*EXERCISE AIM*
Please set the lines down again exactly, from the top of the entries through the line that contains "v 22.041 48.895 -45.769".

─── DATA RECORDS ───

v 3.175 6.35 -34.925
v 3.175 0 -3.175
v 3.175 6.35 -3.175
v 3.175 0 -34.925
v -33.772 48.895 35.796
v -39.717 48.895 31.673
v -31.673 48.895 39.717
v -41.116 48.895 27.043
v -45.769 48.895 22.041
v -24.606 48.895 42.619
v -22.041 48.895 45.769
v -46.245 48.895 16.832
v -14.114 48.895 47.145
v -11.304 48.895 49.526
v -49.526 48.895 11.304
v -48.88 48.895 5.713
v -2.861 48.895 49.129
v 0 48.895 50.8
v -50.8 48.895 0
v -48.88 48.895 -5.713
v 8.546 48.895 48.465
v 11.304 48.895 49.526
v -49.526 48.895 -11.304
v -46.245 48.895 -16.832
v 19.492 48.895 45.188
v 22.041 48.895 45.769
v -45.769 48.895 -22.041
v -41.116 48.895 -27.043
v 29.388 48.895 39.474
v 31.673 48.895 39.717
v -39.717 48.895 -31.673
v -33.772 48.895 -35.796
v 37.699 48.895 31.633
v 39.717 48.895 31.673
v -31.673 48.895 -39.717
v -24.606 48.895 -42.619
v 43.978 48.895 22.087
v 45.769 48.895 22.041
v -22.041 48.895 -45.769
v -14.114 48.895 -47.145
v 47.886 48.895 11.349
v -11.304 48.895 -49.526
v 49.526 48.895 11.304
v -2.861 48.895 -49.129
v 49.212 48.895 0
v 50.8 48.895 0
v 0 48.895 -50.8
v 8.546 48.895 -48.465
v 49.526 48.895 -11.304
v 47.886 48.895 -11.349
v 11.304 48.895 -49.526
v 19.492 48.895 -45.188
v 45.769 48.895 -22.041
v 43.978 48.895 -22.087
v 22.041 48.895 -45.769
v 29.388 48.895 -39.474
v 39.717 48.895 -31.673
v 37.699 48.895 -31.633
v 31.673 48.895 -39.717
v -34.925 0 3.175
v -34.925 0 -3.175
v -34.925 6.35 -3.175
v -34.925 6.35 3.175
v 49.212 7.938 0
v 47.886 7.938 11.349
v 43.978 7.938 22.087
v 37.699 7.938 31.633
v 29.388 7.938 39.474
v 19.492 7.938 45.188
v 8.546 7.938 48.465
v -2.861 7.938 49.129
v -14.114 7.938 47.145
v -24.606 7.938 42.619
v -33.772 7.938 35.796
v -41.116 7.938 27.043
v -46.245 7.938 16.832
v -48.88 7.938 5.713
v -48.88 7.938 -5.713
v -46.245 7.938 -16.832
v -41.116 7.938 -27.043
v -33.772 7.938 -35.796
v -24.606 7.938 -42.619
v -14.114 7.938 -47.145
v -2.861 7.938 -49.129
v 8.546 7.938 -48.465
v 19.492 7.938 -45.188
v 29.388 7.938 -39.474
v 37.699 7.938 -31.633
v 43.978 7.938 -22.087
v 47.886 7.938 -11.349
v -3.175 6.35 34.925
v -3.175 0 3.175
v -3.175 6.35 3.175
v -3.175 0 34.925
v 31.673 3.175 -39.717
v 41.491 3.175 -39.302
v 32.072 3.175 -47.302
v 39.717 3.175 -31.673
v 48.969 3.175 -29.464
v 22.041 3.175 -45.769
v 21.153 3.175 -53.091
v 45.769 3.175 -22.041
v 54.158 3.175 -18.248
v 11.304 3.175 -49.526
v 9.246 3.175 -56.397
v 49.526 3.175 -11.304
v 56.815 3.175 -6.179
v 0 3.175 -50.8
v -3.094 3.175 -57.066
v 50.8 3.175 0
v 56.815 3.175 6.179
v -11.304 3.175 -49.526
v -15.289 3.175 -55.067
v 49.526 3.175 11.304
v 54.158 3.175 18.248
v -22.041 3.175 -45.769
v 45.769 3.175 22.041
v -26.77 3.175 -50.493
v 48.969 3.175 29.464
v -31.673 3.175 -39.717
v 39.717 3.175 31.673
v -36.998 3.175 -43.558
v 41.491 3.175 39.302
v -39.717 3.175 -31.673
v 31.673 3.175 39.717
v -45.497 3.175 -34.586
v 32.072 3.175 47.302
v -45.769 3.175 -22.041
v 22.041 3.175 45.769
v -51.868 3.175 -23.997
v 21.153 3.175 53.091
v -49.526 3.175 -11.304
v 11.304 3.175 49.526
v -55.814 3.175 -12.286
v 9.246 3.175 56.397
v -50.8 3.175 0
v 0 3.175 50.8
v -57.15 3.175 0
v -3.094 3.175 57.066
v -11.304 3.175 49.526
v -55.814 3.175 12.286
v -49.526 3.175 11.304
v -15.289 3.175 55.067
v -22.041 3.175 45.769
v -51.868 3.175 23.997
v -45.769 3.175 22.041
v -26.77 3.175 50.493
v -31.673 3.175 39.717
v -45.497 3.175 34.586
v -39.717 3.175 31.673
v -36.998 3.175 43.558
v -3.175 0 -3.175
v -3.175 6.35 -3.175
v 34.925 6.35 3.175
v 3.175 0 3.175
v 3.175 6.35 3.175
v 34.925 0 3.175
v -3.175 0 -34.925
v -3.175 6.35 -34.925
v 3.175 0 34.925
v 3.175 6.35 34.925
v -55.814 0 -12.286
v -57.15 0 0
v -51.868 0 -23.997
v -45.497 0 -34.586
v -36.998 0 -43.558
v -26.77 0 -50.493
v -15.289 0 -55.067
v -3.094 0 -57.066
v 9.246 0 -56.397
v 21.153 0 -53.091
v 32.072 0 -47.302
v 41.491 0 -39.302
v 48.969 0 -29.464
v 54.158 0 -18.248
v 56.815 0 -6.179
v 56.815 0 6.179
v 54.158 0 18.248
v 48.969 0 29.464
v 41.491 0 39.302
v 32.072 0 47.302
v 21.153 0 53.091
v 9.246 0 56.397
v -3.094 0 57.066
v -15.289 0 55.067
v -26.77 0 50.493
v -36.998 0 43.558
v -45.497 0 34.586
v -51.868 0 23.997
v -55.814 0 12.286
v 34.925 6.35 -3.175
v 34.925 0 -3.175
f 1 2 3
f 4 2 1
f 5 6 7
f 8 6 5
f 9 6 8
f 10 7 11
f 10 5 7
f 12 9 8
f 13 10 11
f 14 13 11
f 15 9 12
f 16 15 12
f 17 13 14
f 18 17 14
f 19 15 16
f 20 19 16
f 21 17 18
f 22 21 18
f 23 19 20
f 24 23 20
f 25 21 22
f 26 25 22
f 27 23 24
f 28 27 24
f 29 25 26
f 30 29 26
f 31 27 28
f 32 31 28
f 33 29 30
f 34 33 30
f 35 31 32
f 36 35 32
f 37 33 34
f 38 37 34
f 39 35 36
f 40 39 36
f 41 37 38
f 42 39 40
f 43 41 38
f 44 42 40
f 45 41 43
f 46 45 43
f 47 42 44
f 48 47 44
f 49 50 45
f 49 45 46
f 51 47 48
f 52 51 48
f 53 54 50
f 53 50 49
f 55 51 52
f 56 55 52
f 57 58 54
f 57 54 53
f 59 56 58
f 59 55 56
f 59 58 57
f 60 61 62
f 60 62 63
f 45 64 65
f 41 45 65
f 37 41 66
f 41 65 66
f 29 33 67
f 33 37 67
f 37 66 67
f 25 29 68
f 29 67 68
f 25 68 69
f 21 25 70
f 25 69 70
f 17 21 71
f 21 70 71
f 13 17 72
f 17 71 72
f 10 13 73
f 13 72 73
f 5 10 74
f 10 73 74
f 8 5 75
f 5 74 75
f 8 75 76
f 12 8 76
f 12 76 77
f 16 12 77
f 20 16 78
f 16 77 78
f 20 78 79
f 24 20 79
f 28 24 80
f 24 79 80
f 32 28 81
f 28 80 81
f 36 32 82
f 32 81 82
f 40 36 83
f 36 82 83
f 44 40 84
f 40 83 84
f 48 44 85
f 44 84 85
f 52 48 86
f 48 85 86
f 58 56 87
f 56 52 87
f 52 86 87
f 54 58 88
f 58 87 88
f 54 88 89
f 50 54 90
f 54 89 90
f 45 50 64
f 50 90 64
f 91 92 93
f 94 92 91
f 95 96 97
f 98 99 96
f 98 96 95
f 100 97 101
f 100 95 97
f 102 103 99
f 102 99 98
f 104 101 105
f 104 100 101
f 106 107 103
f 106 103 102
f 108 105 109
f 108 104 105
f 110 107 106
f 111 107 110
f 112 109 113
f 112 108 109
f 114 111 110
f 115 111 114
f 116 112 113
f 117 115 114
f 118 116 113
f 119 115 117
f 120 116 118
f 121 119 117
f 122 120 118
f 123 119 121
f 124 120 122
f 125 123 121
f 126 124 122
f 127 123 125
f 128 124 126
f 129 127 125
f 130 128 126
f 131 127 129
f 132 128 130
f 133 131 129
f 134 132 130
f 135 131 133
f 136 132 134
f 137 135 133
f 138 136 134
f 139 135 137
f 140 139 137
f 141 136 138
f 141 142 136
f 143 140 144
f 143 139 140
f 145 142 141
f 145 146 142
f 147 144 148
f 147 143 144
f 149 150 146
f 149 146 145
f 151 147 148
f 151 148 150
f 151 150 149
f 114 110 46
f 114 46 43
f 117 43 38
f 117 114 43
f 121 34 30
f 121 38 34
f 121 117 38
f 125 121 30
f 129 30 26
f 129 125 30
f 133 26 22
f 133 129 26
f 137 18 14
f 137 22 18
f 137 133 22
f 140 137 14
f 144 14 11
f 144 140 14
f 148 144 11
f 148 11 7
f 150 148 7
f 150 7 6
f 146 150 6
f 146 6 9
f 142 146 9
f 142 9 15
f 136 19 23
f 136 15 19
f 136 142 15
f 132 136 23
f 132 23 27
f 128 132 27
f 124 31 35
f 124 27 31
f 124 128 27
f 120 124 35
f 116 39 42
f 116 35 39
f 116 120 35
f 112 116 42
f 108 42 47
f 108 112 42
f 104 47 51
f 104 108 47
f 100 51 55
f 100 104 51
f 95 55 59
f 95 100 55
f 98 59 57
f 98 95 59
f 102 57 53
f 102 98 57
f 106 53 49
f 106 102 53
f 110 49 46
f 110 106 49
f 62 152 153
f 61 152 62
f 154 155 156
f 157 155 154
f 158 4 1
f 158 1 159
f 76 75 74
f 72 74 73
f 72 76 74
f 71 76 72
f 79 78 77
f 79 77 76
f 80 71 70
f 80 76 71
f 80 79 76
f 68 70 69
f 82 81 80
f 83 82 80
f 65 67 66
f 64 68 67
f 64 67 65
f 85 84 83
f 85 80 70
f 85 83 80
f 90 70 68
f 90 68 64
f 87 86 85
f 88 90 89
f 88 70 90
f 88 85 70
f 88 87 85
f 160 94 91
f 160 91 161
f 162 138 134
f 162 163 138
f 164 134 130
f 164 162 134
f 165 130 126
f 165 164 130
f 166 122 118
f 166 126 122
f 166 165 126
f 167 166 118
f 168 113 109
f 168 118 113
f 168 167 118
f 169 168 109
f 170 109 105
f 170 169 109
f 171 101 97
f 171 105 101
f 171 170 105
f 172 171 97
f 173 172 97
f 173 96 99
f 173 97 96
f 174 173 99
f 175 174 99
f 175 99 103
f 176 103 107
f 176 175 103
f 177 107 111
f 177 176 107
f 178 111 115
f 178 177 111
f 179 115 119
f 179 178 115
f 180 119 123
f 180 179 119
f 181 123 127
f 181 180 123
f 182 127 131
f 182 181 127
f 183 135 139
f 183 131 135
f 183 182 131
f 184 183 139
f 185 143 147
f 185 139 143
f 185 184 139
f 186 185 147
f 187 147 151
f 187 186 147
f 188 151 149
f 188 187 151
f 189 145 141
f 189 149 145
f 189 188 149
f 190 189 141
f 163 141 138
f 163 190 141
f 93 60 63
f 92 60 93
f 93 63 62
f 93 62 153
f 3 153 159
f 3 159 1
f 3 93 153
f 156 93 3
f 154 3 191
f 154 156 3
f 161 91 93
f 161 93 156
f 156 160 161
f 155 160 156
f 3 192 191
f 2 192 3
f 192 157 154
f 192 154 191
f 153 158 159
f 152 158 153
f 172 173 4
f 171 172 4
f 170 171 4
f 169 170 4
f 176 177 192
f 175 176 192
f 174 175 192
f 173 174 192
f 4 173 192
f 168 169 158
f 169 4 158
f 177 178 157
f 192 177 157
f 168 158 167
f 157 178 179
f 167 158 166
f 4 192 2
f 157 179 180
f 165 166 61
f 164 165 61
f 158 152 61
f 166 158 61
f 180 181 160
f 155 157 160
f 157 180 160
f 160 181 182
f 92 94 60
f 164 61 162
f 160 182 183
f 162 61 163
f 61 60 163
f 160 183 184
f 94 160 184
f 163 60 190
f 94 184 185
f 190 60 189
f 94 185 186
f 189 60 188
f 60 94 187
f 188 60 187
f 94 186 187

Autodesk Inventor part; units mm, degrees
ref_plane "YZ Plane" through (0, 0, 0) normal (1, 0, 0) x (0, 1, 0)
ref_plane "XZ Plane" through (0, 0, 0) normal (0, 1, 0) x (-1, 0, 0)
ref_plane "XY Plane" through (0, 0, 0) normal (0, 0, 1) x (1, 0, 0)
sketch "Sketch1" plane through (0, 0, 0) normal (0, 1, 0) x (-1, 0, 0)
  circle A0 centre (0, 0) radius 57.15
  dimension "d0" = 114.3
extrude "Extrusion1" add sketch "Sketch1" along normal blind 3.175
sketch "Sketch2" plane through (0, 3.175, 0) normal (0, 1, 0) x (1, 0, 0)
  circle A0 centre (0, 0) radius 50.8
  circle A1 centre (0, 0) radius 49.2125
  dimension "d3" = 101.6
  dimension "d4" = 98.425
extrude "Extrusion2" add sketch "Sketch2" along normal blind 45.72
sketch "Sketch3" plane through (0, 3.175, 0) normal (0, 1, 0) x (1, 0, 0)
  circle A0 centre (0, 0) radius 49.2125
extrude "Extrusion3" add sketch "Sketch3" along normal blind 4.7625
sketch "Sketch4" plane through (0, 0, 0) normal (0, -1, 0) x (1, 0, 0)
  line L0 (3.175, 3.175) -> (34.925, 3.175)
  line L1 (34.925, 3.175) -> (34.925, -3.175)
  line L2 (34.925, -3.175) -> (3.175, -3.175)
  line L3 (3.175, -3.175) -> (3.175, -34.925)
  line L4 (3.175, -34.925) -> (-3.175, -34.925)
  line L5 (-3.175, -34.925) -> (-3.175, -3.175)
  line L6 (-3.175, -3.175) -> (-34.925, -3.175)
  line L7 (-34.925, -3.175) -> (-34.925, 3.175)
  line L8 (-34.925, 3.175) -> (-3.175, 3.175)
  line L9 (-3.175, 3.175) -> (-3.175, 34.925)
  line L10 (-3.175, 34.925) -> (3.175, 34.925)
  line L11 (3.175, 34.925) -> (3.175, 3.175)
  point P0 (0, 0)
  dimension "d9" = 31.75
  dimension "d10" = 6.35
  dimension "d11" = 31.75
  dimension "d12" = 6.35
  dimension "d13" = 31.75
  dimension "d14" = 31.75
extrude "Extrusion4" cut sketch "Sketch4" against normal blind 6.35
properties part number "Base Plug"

───

*THE ANSWER*
v 3.175 6.35 -34.925
v 3.175 0 -3.175
v 3.175 6.35 -3.175
v 3.175 0 -34.925
v -33.772 48.895 35.796
v -39.717 48.895 31.673
v -31.673 48.895 39.717
v -41.116 48.895 27.043
v -45.769 48.895 22.041
v -24.606 48.895 42.619
v -22.041 48.895 45.769
v -46.245 48.895 16.832
v -14.114 48.895 47.145
v -11.304 48.895 49.526
v -49.526 48.895 11.304
v -48.88 48.895 5.713
v -2.861 48.895 49.129
v 0 48.895 50.8
v -50.8 48.895 0
v -48.88 48.895 -5.713
v 8.546 48.895 48.465
v 11.304 48.895 49.526
v -49.526 48.895 -11.304
v -46.245 48.895 -16.832
v 19.492 48.895 45.188
v 22.041 48.895 45.769
v -45.769 48.895 -22.041
v -41.116 48.895 -27.043
v 29.388 48.895 39.474
v 31.673 48.895 39.717
v -39.717 48.895 -31.673
v -33.772 48.895 -35.796
v 37.699 48.895 31.633
v 39.717 48.895 31.673
v -31.673 48.895 -39.717
v -24.606 48.895 -42.619
v 43.978 48.895 22.087
v 45.769 48.895 22.041
v -22.041 48.895 -45.769
v -14.114 48.895 -47.145
v 47.886 48.895 11.349
v -11.304 48.895 -49.526
v 49.526 48.895 11.304
v -2.861 48.895 -49.129
v 49.212 48.895 0
v 50.8 48.895 0
v 0 48.895 -50.8
v 8.546 48.895 -48.465
v 49.526 48.895 -11.304
v 47.886 48.895 -11.349
v 11.304 48.895 -49.526
v 19.492 48.895 -45.188
v 45.769 48.895 -22.041
v 43.978 48.895 -22.087
v 22.041 48.895 -45.769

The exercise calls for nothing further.